- _Directions_: Give back an exact copy of the lines in the records below, from the line that has "v -3 5.7 -6.7" through the line that has "v -3 5.7 2.563", and nothing besides.

(Stored data entries)
┌──
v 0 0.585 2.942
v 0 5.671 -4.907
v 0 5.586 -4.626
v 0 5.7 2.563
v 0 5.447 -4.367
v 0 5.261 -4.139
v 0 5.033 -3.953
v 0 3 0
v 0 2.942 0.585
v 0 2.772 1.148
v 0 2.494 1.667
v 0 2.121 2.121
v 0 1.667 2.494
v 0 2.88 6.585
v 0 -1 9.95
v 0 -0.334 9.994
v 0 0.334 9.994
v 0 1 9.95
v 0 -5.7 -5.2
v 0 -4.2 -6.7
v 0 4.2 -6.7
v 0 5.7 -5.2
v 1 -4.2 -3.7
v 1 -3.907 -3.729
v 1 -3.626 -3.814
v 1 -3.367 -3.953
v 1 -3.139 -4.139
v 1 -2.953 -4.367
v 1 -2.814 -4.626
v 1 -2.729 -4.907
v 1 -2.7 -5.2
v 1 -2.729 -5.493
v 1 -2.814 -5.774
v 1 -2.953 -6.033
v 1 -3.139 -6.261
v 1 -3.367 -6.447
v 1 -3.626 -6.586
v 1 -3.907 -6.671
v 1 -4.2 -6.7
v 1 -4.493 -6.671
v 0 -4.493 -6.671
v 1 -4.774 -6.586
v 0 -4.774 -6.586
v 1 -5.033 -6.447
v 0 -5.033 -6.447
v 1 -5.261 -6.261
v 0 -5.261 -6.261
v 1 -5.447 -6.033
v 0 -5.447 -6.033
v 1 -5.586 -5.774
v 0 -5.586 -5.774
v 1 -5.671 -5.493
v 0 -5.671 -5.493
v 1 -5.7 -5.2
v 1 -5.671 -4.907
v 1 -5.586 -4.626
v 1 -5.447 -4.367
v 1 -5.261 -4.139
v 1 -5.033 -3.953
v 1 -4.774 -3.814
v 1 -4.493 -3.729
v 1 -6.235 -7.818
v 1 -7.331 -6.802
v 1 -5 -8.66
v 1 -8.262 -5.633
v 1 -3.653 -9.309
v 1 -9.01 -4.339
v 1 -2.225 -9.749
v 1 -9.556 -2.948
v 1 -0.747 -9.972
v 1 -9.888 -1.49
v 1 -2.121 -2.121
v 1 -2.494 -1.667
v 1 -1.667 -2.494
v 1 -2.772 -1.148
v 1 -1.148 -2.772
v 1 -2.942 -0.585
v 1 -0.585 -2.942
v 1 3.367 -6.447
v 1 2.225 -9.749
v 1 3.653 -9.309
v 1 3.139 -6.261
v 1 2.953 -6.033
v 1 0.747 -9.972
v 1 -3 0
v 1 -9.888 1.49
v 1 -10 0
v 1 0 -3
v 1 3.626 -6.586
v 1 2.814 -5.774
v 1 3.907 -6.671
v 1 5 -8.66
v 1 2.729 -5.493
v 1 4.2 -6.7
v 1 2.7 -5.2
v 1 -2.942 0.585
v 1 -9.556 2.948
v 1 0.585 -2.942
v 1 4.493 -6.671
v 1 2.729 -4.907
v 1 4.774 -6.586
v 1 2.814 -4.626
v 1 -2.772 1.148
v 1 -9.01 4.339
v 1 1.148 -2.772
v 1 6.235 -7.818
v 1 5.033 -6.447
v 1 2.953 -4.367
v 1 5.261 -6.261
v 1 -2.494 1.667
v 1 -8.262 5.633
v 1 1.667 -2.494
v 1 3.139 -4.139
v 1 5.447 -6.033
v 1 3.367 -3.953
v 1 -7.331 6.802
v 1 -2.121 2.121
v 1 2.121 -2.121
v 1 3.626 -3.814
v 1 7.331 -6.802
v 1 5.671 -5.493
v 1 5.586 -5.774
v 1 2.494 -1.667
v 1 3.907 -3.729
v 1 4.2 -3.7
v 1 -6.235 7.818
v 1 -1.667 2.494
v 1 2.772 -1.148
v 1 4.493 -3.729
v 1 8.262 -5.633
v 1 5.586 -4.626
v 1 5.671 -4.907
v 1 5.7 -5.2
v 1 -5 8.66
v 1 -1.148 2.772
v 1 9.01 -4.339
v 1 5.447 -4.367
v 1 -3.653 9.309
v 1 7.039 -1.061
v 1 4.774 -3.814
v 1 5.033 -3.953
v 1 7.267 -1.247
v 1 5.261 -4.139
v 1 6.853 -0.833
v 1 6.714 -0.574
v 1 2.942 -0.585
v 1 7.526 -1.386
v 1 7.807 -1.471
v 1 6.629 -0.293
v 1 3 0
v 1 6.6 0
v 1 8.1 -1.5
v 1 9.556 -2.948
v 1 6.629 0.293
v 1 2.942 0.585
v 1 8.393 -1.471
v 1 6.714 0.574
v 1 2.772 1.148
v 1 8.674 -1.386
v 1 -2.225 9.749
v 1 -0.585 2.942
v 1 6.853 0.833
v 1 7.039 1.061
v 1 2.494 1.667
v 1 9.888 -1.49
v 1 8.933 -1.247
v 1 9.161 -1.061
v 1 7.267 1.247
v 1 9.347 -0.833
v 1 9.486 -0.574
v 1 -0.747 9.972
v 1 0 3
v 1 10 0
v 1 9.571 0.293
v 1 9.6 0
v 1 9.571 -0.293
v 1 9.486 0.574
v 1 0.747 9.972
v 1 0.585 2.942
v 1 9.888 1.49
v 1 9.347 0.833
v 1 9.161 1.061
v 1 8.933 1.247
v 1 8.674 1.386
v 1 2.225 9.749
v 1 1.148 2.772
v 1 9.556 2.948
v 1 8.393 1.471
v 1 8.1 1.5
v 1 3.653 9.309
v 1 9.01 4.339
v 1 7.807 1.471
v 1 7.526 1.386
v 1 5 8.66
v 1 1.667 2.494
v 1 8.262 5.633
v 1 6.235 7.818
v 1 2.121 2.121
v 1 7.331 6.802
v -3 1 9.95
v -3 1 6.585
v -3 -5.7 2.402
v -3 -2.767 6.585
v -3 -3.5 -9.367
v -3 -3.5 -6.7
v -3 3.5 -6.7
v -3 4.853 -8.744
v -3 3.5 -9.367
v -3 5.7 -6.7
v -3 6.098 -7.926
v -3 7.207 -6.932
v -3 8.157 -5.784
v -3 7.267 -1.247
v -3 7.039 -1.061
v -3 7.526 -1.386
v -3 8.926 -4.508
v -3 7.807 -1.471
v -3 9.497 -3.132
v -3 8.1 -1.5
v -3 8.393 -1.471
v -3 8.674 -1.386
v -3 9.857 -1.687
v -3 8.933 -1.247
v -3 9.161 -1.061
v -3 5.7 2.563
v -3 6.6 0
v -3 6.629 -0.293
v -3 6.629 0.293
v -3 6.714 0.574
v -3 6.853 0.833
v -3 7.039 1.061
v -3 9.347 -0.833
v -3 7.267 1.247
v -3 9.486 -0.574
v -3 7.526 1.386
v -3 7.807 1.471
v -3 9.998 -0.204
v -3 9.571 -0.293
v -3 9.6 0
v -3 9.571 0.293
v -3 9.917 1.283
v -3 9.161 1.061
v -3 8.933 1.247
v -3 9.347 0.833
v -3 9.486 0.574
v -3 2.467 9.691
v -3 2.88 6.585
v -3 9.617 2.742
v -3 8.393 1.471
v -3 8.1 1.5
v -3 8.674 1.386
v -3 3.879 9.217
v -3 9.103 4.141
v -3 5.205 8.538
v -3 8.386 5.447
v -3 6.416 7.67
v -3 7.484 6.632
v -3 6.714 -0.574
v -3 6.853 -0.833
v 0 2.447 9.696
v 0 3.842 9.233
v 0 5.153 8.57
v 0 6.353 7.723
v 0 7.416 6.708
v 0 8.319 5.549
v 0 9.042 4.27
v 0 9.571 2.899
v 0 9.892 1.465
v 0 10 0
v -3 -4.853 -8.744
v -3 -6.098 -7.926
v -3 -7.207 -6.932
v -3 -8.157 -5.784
└──
- _Worked solution_:
v -3 5.7 -6.7
v -3 6.098 -7.926
v -3 7.207 -6.932
v -3 8.157 -5.784
v -3 7.267 -1.247
v -3 7.039 -1.061
v -3 7.526 -1.386
v -3 8.926 -4.508
v -3 7.807 -1.471
v -3 9.497 -3.132
v -3 8.1 -1.5
v -3 8.393 -1.471
v -3 8.674 -1.386
v -3 9.857 -1.687
v -3 8.933 -1.247
v -3 9.161 -1.061
v -3 5.7 2.563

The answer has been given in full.